Automotive network technologies such as FlexRay
present a cost-optimized structure in order to tailor the system
to the required functionalities and to the environment. The
space exploration for optimization of single components (cable,
transceiver, communication controller, middleware, application)
as well as the integration of these components (e.g. selection
of the topology) are complex activities that can be efficiently
supported by means of simulation. The main challenge while
simulating communication architectures is to efficiently integrate
the heterogeneous models in order to obtain accurate results
for a relevant operation time of the system.
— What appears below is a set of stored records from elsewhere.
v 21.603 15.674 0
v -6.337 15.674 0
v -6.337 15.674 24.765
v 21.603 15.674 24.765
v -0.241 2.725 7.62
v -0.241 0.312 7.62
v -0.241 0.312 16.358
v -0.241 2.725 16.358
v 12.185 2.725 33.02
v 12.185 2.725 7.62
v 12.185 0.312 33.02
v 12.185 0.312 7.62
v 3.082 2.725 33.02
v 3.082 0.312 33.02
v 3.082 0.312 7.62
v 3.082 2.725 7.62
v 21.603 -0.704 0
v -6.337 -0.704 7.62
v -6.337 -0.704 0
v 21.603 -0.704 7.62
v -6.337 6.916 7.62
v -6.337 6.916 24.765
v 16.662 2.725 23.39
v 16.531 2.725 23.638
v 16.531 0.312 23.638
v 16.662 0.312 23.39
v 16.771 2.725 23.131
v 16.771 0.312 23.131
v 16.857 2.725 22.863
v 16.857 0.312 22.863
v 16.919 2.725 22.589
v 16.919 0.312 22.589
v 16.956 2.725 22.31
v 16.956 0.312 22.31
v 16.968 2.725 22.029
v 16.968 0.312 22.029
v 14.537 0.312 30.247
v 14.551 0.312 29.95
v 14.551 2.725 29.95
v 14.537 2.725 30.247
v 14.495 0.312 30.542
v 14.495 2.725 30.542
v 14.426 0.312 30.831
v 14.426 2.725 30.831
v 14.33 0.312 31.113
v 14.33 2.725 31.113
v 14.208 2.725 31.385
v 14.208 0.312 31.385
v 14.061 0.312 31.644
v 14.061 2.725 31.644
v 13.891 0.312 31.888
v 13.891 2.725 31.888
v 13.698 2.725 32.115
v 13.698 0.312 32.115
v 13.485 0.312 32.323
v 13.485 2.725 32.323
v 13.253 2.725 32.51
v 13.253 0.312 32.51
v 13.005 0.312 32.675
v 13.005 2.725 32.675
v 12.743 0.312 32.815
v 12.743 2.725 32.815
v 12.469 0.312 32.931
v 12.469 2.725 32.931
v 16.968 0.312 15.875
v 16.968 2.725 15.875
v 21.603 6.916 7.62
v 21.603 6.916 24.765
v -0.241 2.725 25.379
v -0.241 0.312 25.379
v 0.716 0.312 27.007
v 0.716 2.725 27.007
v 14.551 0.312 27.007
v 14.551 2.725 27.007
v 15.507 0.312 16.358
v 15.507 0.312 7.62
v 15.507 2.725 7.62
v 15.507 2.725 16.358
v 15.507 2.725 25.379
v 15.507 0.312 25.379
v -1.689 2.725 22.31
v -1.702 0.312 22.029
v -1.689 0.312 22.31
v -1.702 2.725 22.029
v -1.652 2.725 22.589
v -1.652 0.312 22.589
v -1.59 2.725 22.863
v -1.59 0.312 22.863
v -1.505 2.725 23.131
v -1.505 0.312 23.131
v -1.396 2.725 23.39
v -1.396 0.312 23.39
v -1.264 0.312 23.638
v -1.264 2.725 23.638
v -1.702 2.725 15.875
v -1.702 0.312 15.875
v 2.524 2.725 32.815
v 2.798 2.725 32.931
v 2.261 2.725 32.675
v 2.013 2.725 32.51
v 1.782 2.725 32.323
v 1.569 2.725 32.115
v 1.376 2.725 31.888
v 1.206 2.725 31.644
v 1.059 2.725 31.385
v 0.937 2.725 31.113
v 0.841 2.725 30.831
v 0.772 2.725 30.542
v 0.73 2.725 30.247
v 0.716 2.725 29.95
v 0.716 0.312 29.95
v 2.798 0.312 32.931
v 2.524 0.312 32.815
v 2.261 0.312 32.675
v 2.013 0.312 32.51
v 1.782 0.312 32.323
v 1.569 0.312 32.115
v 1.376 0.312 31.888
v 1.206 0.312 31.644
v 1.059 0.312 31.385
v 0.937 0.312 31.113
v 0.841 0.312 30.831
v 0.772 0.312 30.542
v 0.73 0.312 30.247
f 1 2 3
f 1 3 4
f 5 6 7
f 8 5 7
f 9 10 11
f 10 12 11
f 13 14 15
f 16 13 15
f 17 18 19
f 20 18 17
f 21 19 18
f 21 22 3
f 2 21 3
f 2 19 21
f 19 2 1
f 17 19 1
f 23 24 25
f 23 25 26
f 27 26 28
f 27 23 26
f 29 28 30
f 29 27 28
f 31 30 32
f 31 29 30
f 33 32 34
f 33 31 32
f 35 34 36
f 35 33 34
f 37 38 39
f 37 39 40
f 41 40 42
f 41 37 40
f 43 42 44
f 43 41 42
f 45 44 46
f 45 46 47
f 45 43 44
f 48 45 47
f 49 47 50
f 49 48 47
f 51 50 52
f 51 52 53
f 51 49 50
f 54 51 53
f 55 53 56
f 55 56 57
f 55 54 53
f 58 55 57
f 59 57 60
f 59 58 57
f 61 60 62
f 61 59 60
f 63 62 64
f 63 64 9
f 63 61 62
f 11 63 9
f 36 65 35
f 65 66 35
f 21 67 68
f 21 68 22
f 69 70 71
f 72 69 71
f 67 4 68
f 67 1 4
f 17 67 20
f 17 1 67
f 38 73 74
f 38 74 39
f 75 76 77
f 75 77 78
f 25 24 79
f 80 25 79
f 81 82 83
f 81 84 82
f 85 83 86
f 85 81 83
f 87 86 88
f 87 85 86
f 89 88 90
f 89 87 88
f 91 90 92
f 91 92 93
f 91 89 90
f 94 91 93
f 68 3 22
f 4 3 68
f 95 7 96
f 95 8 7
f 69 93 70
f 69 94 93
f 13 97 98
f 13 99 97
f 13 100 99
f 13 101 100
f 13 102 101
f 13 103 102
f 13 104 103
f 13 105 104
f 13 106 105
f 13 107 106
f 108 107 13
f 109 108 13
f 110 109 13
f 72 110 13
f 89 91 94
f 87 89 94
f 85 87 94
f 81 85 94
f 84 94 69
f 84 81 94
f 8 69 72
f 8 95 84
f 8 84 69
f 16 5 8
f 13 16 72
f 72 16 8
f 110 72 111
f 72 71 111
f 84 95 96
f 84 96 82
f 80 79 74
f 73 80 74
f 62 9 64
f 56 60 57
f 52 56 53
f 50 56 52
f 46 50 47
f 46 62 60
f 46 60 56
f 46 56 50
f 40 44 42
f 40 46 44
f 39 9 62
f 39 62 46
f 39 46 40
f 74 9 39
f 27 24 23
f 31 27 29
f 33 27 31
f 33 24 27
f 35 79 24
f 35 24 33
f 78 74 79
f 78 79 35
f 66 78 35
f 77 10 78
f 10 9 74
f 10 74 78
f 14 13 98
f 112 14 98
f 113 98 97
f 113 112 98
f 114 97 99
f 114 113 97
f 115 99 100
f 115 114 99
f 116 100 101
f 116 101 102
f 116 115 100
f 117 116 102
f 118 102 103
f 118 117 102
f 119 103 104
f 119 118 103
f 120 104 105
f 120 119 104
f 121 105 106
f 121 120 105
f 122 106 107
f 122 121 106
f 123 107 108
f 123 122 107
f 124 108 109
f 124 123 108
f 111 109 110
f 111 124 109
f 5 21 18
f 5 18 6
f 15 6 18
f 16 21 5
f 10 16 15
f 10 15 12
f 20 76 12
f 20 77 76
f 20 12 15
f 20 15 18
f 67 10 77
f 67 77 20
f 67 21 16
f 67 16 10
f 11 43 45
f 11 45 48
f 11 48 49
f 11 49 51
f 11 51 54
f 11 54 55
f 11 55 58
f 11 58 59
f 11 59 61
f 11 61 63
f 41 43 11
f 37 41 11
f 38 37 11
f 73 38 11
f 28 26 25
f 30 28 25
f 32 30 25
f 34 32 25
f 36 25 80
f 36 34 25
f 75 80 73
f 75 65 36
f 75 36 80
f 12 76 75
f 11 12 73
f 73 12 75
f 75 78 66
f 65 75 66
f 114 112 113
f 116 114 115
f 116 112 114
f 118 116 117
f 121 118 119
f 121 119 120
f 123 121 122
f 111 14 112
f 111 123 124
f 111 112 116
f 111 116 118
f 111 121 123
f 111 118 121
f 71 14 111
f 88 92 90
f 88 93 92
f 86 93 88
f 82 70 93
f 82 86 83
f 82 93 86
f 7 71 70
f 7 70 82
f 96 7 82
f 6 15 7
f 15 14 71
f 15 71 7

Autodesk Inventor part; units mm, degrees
ref_plane "YZ Plane" through (0, 0, 0) normal (1, 0, 0) x (0, 1, 0)
ref_plane "XZ Plane" through (0, 0, 0) normal (0, 1, 0) x (-1, 0, 0)
ref_plane "XY Plane" through (0, 0, 0) normal (0, 0, 1) x (1, 0, 0)
sketch "Sketch1" plane through (0, 0, 0) normal (0, 0, 1) x (1, 0, 0)
  line L0 (-6.3366, 6.9163) -> (21.6034, 6.9163)
  line L1 (21.6034, 6.9163) -> (21.6034, -8.3237)
  line L2 (21.6034, -8.3237) -> (-6.3366, -8.3237)
  line L3 (-6.3366, -8.3237) -> (-6.3366, 6.9163)
  point P0 (0, 0)
  dimension "d0" = 27.94
  dimension "d1" = 15.24
extrude "Extrusion1" add sketch "Sketch1" along normal blind 7.62
sketch "Sketch2" plane through (0, 0, 7.62) normal (0, 0, 1) x (1, 0, 0)
  line L0 (-6.3366, 6.9163) -> (-6.3366, -8.3237) projected
  line L1 (21.6034, -8.3237) -> (21.6034, 6.9163) projected
  line L2 (21.6034, 0.3123) -> (21.6034, 2.7253)
  line L3 (-6.3366, 2.7253) -> (-6.3366, 0.3123)
  line L4 (21.6034, 6.9163) -> (-6.3366, 6.9163) projected
  line L5 (-6.3366, -8.3237) -> (21.6034, -8.3237) projected
  line L6 (0.9631, 2.7253) -> (-0.2406, 2.7253)
  line L7 (-0.2406, 0.3123) -> (0.9631, 0.3123)
  line L8 (-0.2406, 0.3123) -> (-0.2406, 2.7253)
  line L9 (-0.2406, 0.3123) -> (3.0821, 0.3123)
  line L10 (3.0821, 0.3123) -> (3.0821, 2.7253)
  line L11 (3.0821, 2.7253) -> (-0.2406, 2.7253)
  line L12 (-0.2406, 2.7253) -> (-0.2406, 0.3123)
  line L13 (14.3038, 2.7253) -> (15.5074, 2.7253)
  line L14 (15.5074, 0.3123) -> (14.3038, 0.3123)
  line L15 (15.5074, 0.3123) -> (15.5074, 2.7253)
  line L16 (15.5074, 0.3123) -> (12.1847, 0.3123)
  line L17 (12.1847, 0.3123) -> (12.1847, 2.7253)
  line L18 (12.1847, 2.7253) -> (15.5074, 2.7253)
  line L19 (15.5074, 2.7253) -> (15.5074, 0.3123)
  line L20 (-6.3366, -0.7037) -> (21.6034, -0.7037)
  line L21 (-6.3366, 2.7253) -> (21.6034, 2.7253)
  line L22 (21.6034, 2.7253) -> (21.6034, 0.3123)
  line L23 (21.6034, 0.3123) -> (-6.3366, 0.3123)
  line L24 (-6.3366, 0.3123) -> (-6.3366, 2.7253)
  point P0 (0, 0)
  point P1 (-0.2406, 1.5188)
  point P2 (15.2669, 0)
  point P3 (15.5074, 1.5188)
  dimension "d6" = 6.096
extrude "Extrusion2" add sketch "Sketch2" along normal blind 8.7376 contours L6 L11 L10 L9 L7 L8 | L15 L14 L16 L17 L18 L13
sketch "Sketch3" plane through (-0.2406, 2.7253, 7.62) normal (0, 1, 0) x (1, 0, 0)
  line L0 (3.3227, -8.7376) -> (0, -8.7376) projected
  line L1 (3.3227, -8.7376) -> (0, -8.7376)
  line L2 (-6.096, 7.62) -> (21.844, 7.62) projected
  line L3 (3.3227, -11.3552) -> (3.3227, -8.7376)
  line L4 (12.4253, -8.7376) -> (15.748, -8.7376)
  line L5 (12.4253, -8.7376) -> (15.748, -8.7376)
  line L6 (12.4253, -11.3552) -> (12.4253, -8.7376)
  line L7 (15.748, -8.7376) -> (17.2091, -8.255)
  line L8 (17.2091, -8.255) -> (17.2091, -15.2732)
  line L9 (17.2091, -15.2732) -> (14.9854, -19.057)
  line L10 (14.9854, -19.057) -> (12.4253, -19.057)
  line L11 (12.4253, -19.057) -> (12.4253, -8.7376)
  line L12 (7.874, 7.62) -> (7.874, -24.8322)
  line L13 (3.3227, -8.7376) -> (0, -8.7376)
  line L14 (3.3227, -8.7376) -> (0, -8.7376)
  line L15 (3.3227, -11.3552) -> (3.3227, -8.7376)
  line L16 (0, -8.7376) -> (-1.4611, -8.255)
  line L17 (-1.4611, -8.255) -> (-1.4611, -15.2732)
  line L18 (-1.4611, -15.2732) -> (0.7626, -19.057)
  line L19 (0.7626, -19.057) -> (3.3227, -19.057)
  line L20 (3.3227, -19.057) -> (3.3227, -8.7376)
  point P0 (0.2406, 7.62)
extrude "Extrusion4" add sketch "Sketch2" along normal blind 25.4 contours L6 L11 L10 L9 L7 L8 | L15 L14 L16 L17 L18 L13
sketch "Sketch4" plane through (-6.3366, 6.9163, 0) normal (0, 1, 0) x (1, 0, 0)
  point P0 (6.3366, 0)
sketch "Sketch5" plane through (0, 0, 7.62) normal (0, 0, 1) x (1, 0, 0)
  line L0 (21.6034, 6.9163) -> (-6.3366, 6.9163) projected
  line L1 (-6.3366, 15.6735) -> (21.6034, 15.6735)
  line L2 (21.6034, 15.6735) -> (21.6034, 6.9163)
  line L3 (21.6034, 6.9163) -> (-6.3366, 6.9163)
  line L4 (-6.3366, 6.9163) -> (-6.3366, 15.6735)
  point P0 (0, 0)
extrude "Extrusion5" add sketch "Sketch5" along normal blind 17.145 and the other way blind 7.62
extrude "Extrusion6" cut sketch "Sketch2" against normal blind 25.4 contours L20 L1 L5 L0
extrude "Extrusion7" add sketch "Sketch2" along normal blind 4.7625 contours L21 L8 L23 L0 | L1 L23 L15 L21 | L21 L17 L23 L10
extrude "Extrusion8" add sketch "Sketch3" against normal up to surface (2.413 mm away)
sketch "Sketch6" plane through (-6.3366, 0.3123, 7.62) normal (0, -1, 0) x (1, 0, 0)
  line L0 (27.94, 0) -> (27.94, 4.7625) projected
  line L1 (21.844, 4.7625) -> (21.844, 8.7376) projected
  line L2 (27.94, 0) -> (21.844, 0)
  line L3 (21.844, 0) -> (21.844, 4.7625)
  line L4 (21.844, 4.7625) -> (27.94, 4.7625)
  line L5 (27.94, 4.7625) -> (27.94, 0)
  line L6 (18.5213, 4.7625) -> (18.5213, 25.4) projected
  line L7 (18.5213, 4.7625) -> (9.4187, 4.7625)
  line L8 (9.4187, 4.7625) -> (9.4187, 0)
  line L9 (9.4187, 0) -> (18.5213, 0)
  line L10 (18.5213, 0) -> (18.5213, 4.7625)
  line L11 (6.096, 4.7625) -> (6.096, 8.7376) projected
  line L12 (0, 0) -> (0, 4.7625) projected
  line L13 (6.096, 4.7625) -> (0, 4.7625)
  line L14 (0, 4.7625) -> (0, 0)
  line L15 (0, 0) -> (6.096, 0)
  line L16 (6.096, 0) -> (6.096, 4.7625)
  point P0 (6.3366, -7.62)
  point P1 (18.5213, 19.057)
extrude "Extrusion9" cut sketch "Sketch6" against normal up to surface (6.604 mm away)
sketch "Sketch7" plane through (12.1847, 0.3123, 7.62) normal (0, -1, 0) x (1, 0, 0)
  line L0 (3.3227, 17.7594) -> (4.7838, 15.2732) projected
  line L1 (3.3227, 17.7594) -> (2.3659, 19.3874)
  line L2 (2.3659, 19.3874) -> (2.3659, 25.4)
  line L3 (3.3227, 25.4) -> (0, 25.4) projected
  line L4 (3.3227, 17.7594) -> (3.3227, 25.4) projected
  line L5 (2.3659, 25.4) -> (3.3227, 25.4)
  line L6 (3.3227, 25.4) -> (3.3227, 17.7594)
  line L7 (-18.5213, -7.62) -> (9.4187, -7.62) projected
  line L8 (-12.4253, 17.7594) -> (-11.4685, 19.3874)
  line L9 (-11.4685, 19.3874) -> (-11.4685, 25.4)
  line L10 (-12.4253, 17.7594) -> (-12.4253, 25.4)
  line L11 (-11.4685, 25.4) -> (-12.4253, 25.4)
  line L12 (-12.4253, 25.4) -> (-12.4253, 17.7594)
  point P0 (-12.1847, -7.62)
extrude "Extrusion10" cut sketch "Sketch7" against normal up to surface (6.604 mm away)
fillet "Fillet1" radius 3.175 4 edges at (0.7162, 1.5188, 33.02) (14.5507, 1.5188, 33.02) (16.9686, 1.5188, 22.8932) (-1.7017, 1.5188, 22.8932)
properties part number "Attachment1"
In this work, a
run-time model switching method is introduced for the holistic
simulation of FlexRay networks.
This cross-domain simulation platform is used within our TEODACS project (Test, Evaluation and Optimization of Dependable Automotive Communication Systems. The focus of this research project is set to the analysis of the communication architecture and the influence of this component to the distributed system. To that aim, we propose a co-simulation platform tightly interfaced to a realistic prototype for the in-depth analysis of FlexRay networks. CarMaker/AVL InMotion simulates a powertrain system (road, driver, control loops for vehicle dynamics) and generates a realistic bus traffic for the network. SyAD provides a co-simulation framework for the seamless modeling and integration of the different microelectronics components (e.g. cable model, bus drivers, middleware, software functions). Based on a Drive-by-Wire use case, we evaluate the benefits of the proposed cross-domain co-simulation approach for the early analysis and verification of the assembled system.